É uma conclusão parecida com a de Jose Ignacio Cano Gestoso, do Instituto de Ciências Sociais da Universidade Estadual do Rio de Janeiro. “As armas que estão sendo difundidas vão provocar violência a longo e médio prazo. O impacto dessas armas não se mede a curto prazo. Quanto mais armas circularem no mercado formal, mais armas vão aparecer no mercado ilegal e mais baixo vai ser o preço dessas armas no mercado ilegal”, explica.

Verificação

Na terceira fase, o Projeto Comprova verifica conteúdos relacionados à Covid-19 e a políticas públicas do governo federal. Informações falsas ou enganosas como a checada acima são prejudiciais à sociedade e contribuem para uma interpretação distorcida da realidade.

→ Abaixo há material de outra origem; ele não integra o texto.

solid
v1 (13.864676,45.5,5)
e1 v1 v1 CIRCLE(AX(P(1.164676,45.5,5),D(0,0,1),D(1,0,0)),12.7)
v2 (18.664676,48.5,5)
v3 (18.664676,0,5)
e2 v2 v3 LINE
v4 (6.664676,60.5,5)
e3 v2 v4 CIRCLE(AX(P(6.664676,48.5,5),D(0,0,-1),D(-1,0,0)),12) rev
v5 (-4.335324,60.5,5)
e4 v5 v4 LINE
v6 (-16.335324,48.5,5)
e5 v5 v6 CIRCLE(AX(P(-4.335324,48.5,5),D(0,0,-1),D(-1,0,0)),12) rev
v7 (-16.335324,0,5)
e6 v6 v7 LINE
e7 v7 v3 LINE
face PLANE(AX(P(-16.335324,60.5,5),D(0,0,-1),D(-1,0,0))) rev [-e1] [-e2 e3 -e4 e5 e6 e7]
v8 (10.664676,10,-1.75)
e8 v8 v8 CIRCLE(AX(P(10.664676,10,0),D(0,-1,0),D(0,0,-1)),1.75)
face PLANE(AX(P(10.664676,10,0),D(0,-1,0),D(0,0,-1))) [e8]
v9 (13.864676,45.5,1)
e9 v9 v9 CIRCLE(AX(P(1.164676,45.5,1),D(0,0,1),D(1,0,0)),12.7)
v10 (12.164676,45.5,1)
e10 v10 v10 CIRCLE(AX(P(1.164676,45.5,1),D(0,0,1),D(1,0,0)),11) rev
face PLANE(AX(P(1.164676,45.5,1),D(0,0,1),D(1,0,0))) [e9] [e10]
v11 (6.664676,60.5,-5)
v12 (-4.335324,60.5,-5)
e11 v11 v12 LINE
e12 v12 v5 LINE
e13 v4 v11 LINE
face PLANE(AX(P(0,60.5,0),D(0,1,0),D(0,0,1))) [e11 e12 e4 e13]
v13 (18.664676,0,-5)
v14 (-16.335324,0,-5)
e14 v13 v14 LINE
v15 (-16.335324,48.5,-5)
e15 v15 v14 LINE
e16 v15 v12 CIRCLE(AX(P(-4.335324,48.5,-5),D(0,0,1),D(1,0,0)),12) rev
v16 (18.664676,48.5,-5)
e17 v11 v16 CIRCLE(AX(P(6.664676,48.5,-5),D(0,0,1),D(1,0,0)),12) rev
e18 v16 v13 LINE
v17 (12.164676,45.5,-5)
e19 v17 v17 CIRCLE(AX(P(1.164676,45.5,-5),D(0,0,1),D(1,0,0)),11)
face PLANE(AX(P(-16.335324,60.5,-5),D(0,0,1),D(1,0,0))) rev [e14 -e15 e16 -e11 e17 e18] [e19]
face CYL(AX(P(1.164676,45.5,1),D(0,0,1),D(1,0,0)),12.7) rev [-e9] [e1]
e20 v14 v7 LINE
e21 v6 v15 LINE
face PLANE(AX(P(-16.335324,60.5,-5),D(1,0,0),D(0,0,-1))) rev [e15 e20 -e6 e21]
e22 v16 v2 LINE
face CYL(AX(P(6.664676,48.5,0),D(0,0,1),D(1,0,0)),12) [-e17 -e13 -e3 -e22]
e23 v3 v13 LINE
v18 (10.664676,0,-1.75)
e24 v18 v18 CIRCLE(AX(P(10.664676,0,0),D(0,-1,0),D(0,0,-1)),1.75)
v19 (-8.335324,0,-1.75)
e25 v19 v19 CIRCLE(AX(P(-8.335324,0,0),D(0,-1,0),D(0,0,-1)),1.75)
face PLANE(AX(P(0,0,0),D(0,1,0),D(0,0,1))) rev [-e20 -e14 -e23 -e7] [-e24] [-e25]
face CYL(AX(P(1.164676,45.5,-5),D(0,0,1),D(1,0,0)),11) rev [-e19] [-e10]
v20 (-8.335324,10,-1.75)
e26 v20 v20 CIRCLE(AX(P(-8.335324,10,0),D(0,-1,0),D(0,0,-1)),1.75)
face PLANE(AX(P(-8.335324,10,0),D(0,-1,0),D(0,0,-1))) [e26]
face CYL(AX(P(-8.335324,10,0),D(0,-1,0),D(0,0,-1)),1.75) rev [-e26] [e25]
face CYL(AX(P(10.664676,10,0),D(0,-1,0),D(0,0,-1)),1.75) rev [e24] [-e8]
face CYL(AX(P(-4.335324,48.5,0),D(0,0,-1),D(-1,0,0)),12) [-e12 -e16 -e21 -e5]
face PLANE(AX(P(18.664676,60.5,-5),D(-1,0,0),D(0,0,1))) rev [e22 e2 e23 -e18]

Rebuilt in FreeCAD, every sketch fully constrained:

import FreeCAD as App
import Part
import Sketcher
from FreeCAD import Vector


def edges_at(feature, points):
    """Names of the edges that pass closest to the given points."""
    edges = feature.Shape.Edges
    near = lambda p: min(range(len(edges)), key=lambda i: edges[i].distToShape(Part.Vertex(*p))[0])
    return sorted({f"Edge{near(p) + 1}" for p in points})

doc = App.newDocument("Part")
body = doc.addObject("PartDesign::Body", "Body")

sketch1 = body.newObject("Sketcher::SketchObject", "Sketch")
sketch1.AttachmentSupport = (doc.getObject("XZ_Plane"), [""])
sketch1.MapMode = "FlatFace"
sketch1.addGeometry([
    Part.LineSegment(Vector(-16, -5, 0), Vector(-16, 5, 0)),
    Part.LineSegment(Vector(-16, 5, 0), Vector(19, 5, 0)),
    Part.LineSegment(Vector(19, 5, 0), Vector(19, -5, 0)),
    Part.LineSegment(Vector(19, -5, 0), Vector(-16, -5, 0)),
], False)
sketch1.addConstraint([
    Sketcher.Constraint("Coincident", 0, 2, 1, 1),
    Sketcher.Constraint("Coincident", 1, 2, 2, 1),
    Sketcher.Constraint("Coincident", 2, 2, 3, 1),
    Sketcher.Constraint("Coincident", 3, 2, 0, 1),
    Sketcher.Constraint("Vertical", 0),
    Sketcher.Constraint("Horizontal", 1),
    Sketcher.Constraint("Vertical", 2),
    Sketcher.Constraint("Horizontal", 3),
    Sketcher.Constraint("DistanceX", 1, 1, 1, 2, 35.0),
    Sketcher.Constraint("DistanceY", 0, 1, 0, 2, 10.0),
    Sketcher.Constraint("DistanceY", -1, 1, 0, 2, 5.0),
    Sketcher.Constraint("DistanceX", 0, 2, -1, 1, 16.335324),
])
pad1 = body.newObject("PartDesign::Pad", "Pad")
pad1.Profile = sketch1
pad1.Length = 60.5
pad1.Reversed = True

sketch2 = body.newObject("Sketcher::SketchObject", "Sketch001")
sketch2.AttachmentSupport = (doc.getObject("XY_Plane"), [""])
sketch2.MapMode = "FlatFace"
sketch2.AttachmentOffset = App.Placement(Vector(0, 0, 5), App.Rotation())
sketch2.addGeometry(Part.Circle(Vector(1, 46, 0), Vector(0, 0, 1), 11), False)
sketch2.addConstraint([
    Sketcher.Constraint("Diameter", 0, 22.0),
    Sketcher.Constraint("DistanceY", -1, 1, 0, 3, 45.5),
    Sketcher.Constraint("DistanceX", -1, 1, 0, 3, 1.164676),
])
pocket1 = body.newObject("PartDesign::Pocket", "Pocket")
pocket1.Profile = sketch2
pocket1.Type = "ThroughAll"

sketch3 = body.newObject("Sketcher::SketchObject", "Sketch002")
sketch3.AttachmentSupport = (doc.getObject("XZ_Plane"), [""])
sketch3.MapMode = "FlatFace"
sketch3.addGeometry([
    Part.Circle(Vector(-8.3, 0, 0), Vector(0, 0, 1), 1.8),
    Part.Circle(Vector(10.7, 0, 0), Vector(0, 0, 1), 1.8),
], False)
sketch3.addConstraint([
    Sketcher.Constraint("Equal", 0, 1),
    Sketcher.Constraint("PointOnObject", 0, 3, -1),
    Sketcher.Constraint("PointOnObject", 1, 3, -1),
    Sketcher.Constraint("Diameter", 0, 3.5),
    Sketcher.Constraint("DistanceX", 0, 3, 1, 3, 19.0),
    Sketcher.Constraint("DistanceX", 0, 3, -1, 1, 8.335324),
])
pocket2 = body.newObject("PartDesign::Pocket", "Pocket001")
pocket2.Profile = sketch3
pocket2.Length = 10
doc.recompute()

fillet = body.newObject("PartDesign::Fillet", "Fillet")
fillet.Base = (pocket2, edges_at(pocket2, [(18.665, 60.5, 0), (-16.335, 60.5, 0)]))
fillet.Radius = 12

sketch4 = body.newObject("Sketcher::SketchObject", "Sketch003")
sketch4.AttachmentSupport = (doc.getObject("XY_Plane"), [""])
sketch4.MapMode = "FlatFace"
sketch4.AttachmentOffset = App.Placement(Vector(0, 0, 5), App.Rotation())
sketch4.addGeometry(Part.Circle(Vector(1, 46, 0), Vector(0, 0, 1), 13), False)
sketch4.addConstraint([
    Sketcher.Constraint("Diameter", 0, 25.4),
    Sketcher.Constraint("DistanceY", -1, 1, 0, 3, 45.5),
    Sketcher.Constraint("DistanceX", -1, 1, 0, 3, 1.164676),
])
pocket3 = body.newObject("PartDesign::Pocket", "Pocket002")
pocket3.Profile = sketch4
pocket3.Length = 4

doc.recompute()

No conteúdo verificado, a relação equivocada entre a queda de homicídios e a alta de registros de armas de fogo pode afetar discussões de temas importantes à sociedade, como segurança pública. Incluindo Facebook e Twitter, as publicações foram curtidas por cerca de 2,5 mil pessoas.

Enganoso, para o Comprova, é o conteúdo que usa dados imprecisos, que confunde, com ou sem a intenção deliberada de causar dano.

A investigação desse conteúdo foi feita por Correio, Poder360, A Gazeta e Estadão e publicada na segunda-feira (28) pelo Projeto Comprova, coalizão que reúne 28 veículos na checagem de conteúdos sobre coronavírus e políticas públicas. Foi verificada por Folha, UOL, GZH e Piauí.